Stored data entries:
# # # #

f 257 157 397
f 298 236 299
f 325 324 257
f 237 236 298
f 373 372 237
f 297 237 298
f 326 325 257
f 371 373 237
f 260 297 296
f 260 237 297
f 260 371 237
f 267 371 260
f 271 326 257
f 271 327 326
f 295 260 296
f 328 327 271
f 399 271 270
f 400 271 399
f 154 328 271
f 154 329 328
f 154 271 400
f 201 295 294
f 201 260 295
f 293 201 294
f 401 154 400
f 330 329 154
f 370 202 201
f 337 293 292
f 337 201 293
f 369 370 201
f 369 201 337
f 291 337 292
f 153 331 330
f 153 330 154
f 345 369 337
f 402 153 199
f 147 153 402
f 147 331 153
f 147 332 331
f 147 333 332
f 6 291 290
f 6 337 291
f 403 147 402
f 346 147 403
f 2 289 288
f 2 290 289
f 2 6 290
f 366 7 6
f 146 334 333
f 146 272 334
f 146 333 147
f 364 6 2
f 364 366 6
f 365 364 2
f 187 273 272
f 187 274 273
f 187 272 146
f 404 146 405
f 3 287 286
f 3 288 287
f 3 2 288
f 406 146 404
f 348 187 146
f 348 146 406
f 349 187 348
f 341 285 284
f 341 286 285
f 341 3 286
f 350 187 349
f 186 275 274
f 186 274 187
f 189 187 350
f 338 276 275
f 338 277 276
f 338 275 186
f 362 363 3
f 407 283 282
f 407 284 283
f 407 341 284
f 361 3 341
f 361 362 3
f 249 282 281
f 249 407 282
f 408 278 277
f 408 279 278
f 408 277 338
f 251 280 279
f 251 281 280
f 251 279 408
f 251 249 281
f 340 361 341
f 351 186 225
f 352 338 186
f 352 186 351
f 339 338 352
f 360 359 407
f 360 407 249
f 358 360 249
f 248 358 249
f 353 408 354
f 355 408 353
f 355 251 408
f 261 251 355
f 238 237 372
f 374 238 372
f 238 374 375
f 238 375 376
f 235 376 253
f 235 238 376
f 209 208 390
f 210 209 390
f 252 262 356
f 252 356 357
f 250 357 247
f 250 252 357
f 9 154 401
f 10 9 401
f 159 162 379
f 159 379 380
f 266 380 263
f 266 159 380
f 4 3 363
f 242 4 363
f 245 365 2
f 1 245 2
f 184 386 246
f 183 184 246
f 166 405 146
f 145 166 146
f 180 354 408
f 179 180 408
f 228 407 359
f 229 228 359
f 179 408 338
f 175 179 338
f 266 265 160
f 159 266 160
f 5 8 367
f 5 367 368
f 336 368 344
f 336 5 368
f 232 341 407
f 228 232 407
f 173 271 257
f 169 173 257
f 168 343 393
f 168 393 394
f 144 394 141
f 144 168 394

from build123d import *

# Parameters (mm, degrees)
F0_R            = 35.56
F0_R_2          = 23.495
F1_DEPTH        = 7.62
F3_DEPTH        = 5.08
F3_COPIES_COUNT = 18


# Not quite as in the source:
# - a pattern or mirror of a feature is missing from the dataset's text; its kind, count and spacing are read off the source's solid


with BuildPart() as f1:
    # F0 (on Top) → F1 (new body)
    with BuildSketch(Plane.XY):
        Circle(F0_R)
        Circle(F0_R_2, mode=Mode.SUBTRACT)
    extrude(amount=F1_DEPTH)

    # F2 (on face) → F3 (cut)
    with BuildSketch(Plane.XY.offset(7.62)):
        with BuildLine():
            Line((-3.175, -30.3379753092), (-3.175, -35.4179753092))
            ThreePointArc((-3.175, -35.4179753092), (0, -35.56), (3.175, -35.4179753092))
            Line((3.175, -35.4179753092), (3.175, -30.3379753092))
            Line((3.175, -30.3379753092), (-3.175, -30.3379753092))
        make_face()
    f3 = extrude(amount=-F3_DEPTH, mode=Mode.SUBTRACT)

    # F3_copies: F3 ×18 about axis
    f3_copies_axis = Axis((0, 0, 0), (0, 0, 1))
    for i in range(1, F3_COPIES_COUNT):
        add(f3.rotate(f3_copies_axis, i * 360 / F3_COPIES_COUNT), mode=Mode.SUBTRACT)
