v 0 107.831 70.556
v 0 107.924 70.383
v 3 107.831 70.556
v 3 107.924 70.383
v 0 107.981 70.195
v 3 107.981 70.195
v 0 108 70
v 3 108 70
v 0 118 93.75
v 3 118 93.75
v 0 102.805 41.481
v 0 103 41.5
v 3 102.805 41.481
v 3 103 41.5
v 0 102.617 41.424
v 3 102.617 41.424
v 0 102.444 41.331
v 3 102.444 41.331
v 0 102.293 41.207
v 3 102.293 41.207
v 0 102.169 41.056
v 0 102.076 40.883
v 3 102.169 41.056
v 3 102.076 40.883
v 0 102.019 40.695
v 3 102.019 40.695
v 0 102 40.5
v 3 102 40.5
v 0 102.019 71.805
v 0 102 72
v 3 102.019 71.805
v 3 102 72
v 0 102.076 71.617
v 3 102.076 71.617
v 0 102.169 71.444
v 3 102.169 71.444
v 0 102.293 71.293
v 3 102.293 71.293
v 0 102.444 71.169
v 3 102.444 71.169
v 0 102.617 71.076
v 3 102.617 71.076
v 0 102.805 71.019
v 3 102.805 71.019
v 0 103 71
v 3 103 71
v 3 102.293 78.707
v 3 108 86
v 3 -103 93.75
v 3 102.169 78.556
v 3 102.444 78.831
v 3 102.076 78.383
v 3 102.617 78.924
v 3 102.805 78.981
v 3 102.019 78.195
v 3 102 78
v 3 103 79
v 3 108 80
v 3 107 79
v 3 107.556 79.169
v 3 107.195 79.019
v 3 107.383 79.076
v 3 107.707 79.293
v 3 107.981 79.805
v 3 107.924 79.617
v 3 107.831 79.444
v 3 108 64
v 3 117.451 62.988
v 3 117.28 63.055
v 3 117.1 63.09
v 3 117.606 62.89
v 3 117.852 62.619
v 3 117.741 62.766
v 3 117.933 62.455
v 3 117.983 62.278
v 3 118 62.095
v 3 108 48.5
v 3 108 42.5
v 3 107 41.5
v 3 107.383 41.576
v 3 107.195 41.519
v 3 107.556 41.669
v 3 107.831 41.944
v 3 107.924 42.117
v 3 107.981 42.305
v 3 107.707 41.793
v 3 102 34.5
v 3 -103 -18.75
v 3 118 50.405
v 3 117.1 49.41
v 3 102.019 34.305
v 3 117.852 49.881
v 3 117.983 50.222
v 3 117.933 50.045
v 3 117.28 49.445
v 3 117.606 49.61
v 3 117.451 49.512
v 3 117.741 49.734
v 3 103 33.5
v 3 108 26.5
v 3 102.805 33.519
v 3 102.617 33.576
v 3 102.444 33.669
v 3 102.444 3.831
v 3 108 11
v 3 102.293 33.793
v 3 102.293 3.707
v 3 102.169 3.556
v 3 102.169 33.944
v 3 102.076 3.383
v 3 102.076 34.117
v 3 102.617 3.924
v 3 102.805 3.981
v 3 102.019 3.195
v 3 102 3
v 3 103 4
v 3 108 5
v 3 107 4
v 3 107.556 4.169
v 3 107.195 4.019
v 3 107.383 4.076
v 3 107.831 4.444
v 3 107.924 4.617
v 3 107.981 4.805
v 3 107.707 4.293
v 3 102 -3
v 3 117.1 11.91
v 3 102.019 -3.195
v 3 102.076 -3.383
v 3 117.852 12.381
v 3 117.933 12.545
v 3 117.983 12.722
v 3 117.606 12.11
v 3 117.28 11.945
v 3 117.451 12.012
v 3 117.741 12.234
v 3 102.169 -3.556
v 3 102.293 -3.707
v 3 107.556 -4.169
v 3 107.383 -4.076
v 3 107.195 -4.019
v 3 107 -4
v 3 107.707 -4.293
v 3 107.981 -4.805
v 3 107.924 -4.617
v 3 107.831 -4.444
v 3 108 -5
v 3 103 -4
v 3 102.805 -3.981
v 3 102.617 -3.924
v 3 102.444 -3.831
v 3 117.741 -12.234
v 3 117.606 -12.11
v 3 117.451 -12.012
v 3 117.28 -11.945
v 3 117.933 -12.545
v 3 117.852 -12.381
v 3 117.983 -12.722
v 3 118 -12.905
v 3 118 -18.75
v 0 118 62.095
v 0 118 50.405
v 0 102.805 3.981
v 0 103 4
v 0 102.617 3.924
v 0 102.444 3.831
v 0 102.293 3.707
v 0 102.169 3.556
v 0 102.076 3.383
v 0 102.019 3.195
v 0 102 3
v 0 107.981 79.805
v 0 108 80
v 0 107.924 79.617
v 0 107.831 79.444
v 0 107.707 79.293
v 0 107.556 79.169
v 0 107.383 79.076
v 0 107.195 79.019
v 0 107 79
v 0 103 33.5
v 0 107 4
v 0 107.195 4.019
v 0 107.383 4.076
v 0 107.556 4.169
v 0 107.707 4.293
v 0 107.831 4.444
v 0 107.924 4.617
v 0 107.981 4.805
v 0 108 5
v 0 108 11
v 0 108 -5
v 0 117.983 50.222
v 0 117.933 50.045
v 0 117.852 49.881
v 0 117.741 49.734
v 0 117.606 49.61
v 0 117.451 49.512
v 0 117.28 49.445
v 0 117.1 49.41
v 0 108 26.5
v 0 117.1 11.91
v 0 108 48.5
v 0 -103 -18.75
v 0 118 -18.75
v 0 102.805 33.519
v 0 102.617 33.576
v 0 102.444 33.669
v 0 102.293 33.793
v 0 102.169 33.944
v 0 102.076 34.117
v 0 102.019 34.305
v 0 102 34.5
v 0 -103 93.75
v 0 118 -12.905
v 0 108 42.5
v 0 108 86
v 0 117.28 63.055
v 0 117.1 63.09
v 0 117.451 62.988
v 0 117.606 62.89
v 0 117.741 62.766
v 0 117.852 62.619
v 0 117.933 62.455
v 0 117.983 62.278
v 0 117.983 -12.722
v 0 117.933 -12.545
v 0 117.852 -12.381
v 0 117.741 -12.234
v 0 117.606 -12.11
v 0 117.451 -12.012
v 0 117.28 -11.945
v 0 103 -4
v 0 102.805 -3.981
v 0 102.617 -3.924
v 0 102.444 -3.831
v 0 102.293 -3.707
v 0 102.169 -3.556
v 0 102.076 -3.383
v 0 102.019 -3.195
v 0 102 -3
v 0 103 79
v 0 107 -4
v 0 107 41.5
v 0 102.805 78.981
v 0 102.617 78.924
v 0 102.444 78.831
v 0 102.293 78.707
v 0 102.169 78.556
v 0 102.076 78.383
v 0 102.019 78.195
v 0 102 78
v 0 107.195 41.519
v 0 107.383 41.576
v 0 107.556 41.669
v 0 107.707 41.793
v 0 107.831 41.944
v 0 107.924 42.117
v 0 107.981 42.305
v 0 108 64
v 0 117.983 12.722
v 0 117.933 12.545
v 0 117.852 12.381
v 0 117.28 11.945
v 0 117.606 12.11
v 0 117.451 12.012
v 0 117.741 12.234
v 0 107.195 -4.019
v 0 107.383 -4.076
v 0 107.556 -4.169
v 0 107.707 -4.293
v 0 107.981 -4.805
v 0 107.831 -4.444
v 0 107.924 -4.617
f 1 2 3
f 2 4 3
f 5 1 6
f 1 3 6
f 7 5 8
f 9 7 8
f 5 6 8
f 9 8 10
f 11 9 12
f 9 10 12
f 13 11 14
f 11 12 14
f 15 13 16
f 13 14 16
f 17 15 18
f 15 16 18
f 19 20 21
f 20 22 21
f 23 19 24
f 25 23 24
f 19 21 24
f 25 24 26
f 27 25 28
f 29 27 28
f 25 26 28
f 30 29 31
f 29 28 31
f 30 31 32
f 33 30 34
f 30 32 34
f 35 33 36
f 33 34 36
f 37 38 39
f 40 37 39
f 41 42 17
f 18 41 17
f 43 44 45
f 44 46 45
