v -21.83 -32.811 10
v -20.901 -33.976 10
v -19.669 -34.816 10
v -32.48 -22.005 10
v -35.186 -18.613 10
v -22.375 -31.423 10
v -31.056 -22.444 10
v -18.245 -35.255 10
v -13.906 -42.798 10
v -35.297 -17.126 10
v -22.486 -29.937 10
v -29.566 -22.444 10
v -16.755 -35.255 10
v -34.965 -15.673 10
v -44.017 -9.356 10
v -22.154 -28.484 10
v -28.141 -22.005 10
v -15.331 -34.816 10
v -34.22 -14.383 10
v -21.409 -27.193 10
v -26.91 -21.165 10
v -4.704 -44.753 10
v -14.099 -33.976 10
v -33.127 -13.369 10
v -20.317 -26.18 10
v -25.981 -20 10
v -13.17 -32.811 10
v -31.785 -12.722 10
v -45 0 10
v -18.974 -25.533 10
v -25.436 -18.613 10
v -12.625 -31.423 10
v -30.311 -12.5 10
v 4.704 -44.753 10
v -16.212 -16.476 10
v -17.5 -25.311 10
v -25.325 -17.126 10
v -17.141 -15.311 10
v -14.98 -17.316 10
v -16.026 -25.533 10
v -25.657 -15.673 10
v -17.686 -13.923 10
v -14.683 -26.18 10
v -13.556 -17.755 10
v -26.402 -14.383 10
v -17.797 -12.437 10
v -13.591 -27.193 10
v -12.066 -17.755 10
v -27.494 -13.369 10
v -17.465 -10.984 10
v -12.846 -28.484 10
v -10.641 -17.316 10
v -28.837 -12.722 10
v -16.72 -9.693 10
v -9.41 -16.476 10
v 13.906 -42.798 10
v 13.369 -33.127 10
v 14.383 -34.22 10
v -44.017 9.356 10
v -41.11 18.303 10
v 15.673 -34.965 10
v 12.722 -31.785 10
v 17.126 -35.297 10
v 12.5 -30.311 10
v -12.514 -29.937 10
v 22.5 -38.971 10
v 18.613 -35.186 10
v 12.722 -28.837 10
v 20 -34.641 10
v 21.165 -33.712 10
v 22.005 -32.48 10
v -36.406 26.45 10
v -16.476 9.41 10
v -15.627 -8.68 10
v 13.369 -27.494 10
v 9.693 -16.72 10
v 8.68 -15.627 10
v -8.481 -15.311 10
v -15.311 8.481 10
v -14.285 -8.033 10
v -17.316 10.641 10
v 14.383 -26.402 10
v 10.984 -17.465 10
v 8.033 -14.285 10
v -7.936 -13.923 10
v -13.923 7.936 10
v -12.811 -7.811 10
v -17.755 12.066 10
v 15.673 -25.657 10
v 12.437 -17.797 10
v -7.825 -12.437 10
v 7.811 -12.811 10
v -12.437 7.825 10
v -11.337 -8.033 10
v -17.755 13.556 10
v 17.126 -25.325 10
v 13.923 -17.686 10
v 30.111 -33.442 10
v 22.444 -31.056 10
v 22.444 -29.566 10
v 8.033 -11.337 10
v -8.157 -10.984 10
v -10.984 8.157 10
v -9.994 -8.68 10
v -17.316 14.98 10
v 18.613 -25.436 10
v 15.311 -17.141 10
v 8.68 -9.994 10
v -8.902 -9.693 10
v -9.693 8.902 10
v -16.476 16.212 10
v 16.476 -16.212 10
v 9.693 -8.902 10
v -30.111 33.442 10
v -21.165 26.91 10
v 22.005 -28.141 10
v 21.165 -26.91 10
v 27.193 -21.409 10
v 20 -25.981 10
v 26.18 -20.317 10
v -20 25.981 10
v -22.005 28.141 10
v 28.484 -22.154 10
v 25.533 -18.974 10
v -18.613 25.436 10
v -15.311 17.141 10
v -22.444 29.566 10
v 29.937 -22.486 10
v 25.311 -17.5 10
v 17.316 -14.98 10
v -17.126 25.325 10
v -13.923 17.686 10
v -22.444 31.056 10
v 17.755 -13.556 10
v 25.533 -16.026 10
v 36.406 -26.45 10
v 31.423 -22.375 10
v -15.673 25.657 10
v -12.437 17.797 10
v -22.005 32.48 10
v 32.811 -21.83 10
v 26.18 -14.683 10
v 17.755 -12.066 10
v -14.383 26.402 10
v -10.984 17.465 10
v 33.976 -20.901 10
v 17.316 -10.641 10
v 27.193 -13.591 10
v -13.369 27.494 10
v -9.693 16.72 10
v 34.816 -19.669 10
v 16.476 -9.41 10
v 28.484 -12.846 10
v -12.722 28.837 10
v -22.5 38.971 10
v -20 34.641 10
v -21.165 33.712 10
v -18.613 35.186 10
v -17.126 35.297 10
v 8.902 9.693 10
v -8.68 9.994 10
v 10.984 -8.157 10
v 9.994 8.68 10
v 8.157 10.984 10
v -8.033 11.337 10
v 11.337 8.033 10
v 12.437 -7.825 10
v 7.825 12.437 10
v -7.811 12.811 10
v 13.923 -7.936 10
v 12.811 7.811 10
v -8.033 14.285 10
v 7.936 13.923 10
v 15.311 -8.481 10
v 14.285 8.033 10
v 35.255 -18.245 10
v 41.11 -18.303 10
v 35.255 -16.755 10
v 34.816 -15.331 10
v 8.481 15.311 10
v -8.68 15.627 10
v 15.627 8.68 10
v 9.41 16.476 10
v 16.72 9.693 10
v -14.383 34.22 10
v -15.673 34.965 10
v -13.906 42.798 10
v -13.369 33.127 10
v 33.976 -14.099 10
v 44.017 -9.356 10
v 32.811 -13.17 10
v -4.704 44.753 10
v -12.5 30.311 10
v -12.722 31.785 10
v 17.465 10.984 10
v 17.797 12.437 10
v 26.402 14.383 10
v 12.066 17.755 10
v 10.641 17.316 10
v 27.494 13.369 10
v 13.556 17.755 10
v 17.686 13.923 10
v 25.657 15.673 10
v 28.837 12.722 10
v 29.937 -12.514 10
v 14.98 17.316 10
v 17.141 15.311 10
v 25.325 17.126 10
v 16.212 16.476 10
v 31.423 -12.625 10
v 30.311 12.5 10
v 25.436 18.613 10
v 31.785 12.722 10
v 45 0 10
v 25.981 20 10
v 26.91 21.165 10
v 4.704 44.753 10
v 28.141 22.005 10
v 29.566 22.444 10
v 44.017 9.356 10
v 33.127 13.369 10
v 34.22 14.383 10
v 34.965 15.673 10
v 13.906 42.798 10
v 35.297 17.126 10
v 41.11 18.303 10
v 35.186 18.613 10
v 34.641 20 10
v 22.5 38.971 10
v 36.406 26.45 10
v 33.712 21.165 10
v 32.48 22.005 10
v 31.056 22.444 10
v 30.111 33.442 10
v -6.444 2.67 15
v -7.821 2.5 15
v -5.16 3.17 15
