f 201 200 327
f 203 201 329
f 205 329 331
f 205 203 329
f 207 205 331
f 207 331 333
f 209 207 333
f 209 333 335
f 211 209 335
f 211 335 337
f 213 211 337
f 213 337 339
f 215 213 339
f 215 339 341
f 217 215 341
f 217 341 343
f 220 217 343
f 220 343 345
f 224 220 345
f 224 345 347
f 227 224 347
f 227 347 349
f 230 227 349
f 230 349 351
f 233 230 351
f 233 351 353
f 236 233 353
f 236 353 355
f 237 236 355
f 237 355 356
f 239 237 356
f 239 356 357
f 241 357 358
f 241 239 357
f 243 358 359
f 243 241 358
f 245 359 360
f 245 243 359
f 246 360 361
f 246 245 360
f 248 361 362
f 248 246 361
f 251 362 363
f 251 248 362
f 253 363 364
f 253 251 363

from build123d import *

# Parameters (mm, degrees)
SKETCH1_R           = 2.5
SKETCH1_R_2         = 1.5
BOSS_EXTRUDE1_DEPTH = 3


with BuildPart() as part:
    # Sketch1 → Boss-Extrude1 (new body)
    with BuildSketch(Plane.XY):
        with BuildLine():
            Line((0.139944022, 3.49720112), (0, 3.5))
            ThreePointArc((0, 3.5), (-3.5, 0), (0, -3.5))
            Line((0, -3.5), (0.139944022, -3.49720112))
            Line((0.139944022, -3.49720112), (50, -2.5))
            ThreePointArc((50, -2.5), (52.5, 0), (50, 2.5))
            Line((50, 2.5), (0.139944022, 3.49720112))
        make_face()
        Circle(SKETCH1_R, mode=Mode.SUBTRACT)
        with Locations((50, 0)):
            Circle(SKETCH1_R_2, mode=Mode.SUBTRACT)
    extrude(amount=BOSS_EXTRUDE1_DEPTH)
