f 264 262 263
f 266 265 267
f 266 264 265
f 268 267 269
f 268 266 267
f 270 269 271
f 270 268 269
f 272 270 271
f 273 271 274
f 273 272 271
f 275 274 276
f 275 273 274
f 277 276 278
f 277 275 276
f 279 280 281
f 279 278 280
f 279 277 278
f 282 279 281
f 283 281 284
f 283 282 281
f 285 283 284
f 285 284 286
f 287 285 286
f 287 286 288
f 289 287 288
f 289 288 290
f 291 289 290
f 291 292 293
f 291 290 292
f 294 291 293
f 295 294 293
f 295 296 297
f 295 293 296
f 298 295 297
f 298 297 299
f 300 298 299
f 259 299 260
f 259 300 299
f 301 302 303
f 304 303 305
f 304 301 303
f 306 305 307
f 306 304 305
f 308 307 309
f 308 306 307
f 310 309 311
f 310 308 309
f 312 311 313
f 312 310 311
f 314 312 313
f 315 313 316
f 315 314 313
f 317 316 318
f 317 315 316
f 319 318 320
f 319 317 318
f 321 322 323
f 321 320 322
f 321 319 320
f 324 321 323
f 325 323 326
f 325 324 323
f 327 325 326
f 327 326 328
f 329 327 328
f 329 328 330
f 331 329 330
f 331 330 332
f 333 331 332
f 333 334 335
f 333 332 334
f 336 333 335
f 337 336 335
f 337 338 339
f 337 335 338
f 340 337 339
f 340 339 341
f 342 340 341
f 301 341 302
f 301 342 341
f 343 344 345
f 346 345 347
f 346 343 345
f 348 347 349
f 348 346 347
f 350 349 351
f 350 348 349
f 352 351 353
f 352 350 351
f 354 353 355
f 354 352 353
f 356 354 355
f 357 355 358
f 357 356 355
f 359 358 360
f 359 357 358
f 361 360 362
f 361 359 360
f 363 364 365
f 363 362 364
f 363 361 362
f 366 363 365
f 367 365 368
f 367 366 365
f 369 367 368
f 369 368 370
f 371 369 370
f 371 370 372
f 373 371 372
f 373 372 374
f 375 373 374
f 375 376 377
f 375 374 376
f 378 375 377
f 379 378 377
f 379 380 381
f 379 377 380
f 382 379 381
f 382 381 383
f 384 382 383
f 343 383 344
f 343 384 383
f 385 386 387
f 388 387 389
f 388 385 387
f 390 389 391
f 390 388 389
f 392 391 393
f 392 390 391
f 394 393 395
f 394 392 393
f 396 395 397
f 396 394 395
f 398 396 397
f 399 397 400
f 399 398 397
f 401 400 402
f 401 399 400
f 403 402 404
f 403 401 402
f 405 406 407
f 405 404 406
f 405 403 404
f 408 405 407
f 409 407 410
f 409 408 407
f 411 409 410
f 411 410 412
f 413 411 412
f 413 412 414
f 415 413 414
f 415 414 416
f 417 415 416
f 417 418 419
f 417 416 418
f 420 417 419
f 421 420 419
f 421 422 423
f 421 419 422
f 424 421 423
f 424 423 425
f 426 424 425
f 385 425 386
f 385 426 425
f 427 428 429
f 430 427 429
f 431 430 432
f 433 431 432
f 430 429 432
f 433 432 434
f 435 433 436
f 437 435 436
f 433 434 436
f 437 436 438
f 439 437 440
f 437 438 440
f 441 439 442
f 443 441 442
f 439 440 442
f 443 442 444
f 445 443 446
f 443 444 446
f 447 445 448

# # # #

◆ **What is needed**:
Once the line with "v -22.005 32.48 10" is found in the records above, print exactly that line and every line after it through the line with "f 207 331 333".

◆ **Exercise answer**:
v -22.005 32.48 10
v 32.811 -21.83 10
v 26.18 -14.683 10
v 17.755 -12.066 10
v -14.383 26.402 10
v -10.984 17.465 10
v 33.976 -20.901 10
v 17.316 -10.641 10
v 27.193 -13.591 10
v -13.369 27.494 10
v -9.693 16.72 10
v 34.816 -19.669 10
v 16.476 -9.41 10
v 28.484 -12.846 10
v -12.722 28.837 10
v -22.5 38.971 10
v -20 34.641 10
v -21.165 33.712 10
v -18.613 35.186 10
v -17.126 35.297 10
v 8.902 9.693 10
v -8.68 9.994 10
v 10.984 -8.157 10
v 9.994 8.68 10
v 8.157 10.984 10
v -8.033 11.337 10
v 11.337 8.033 10
v 12.437 -7.825 10
v 7.825 12.437 10
v -7.811 12.811 10
v 13.923 -7.936 10
v 12.811 7.811 10
v -8.033 14.285 10
v 7.936 13.923 10
v 15.311 -8.481 10
v 14.285 8.033 10
v 35.255 -18.245 10
v 41.11 -18.303 10
v 35.255 -16.755 10
v 34.816 -15.331 10
v 8.481 15.311 10
v -8.68 15.627 10
v 15.627 8.68 10
v 9.41 16.476 10
v 16.72 9.693 10
v -14.383 34.22 10
v -15.673 34.965 10
v -13.906 42.798 10
v -13.369 33.127 10
v 33.976 -14.099 10
v 44.017 -9.356 10
v 32.811 -13.17 10
v -4.704 44.753 10
v -12.5 30.311 10
v -12.722 31.785 10
v 17.465 10.984 10
v 17.797 12.437 10
v 26.402 14.383 10
v 12.066 17.755 10
v 10.641 17.316 10
v 27.494 13.369 10
v 13.556 17.755 10
v 17.686 13.923 10
v 25.657 15.673 10
v 28.837 12.722 10
v 29.937 -12.514 10
v 14.98 17.316 10
v 17.141 15.311 10
v 25.325 17.126 10
v 16.212 16.476 10
v 31.423 -12.625 10
v 30.311 12.5 10
v 25.436 18.613 10
v 31.785 12.722 10
v 45 0 10
v 25.981 20 10
v 26.91 21.165 10
v 4.704 44.753 10
v 28.141 22.005 10
v 29.566 22.444 10
v 44.017 9.356 10
v 33.127 13.369 10
v 34.22 14.383 10
v 34.965 15.673 10
v 13.906 42.798 10
v 35.297 17.126 10
v 41.11 18.303 10
v 35.186 18.613 10
v 34.641 20 10
v 22.5 38.971 10
v 36.406 26.45 10
v 33.712 21.165 10
v 32.48 22.005 10
v 31.056 22.444 10
v 30.111 33.442 10
v -6.444 2.67 15
v -7.821 2.5 15
v -5.16 3.17 15
f 201 200 327
f 203 201 329
f 205 329 331
f 205 203 329
f 207 205 331
f 207 331 333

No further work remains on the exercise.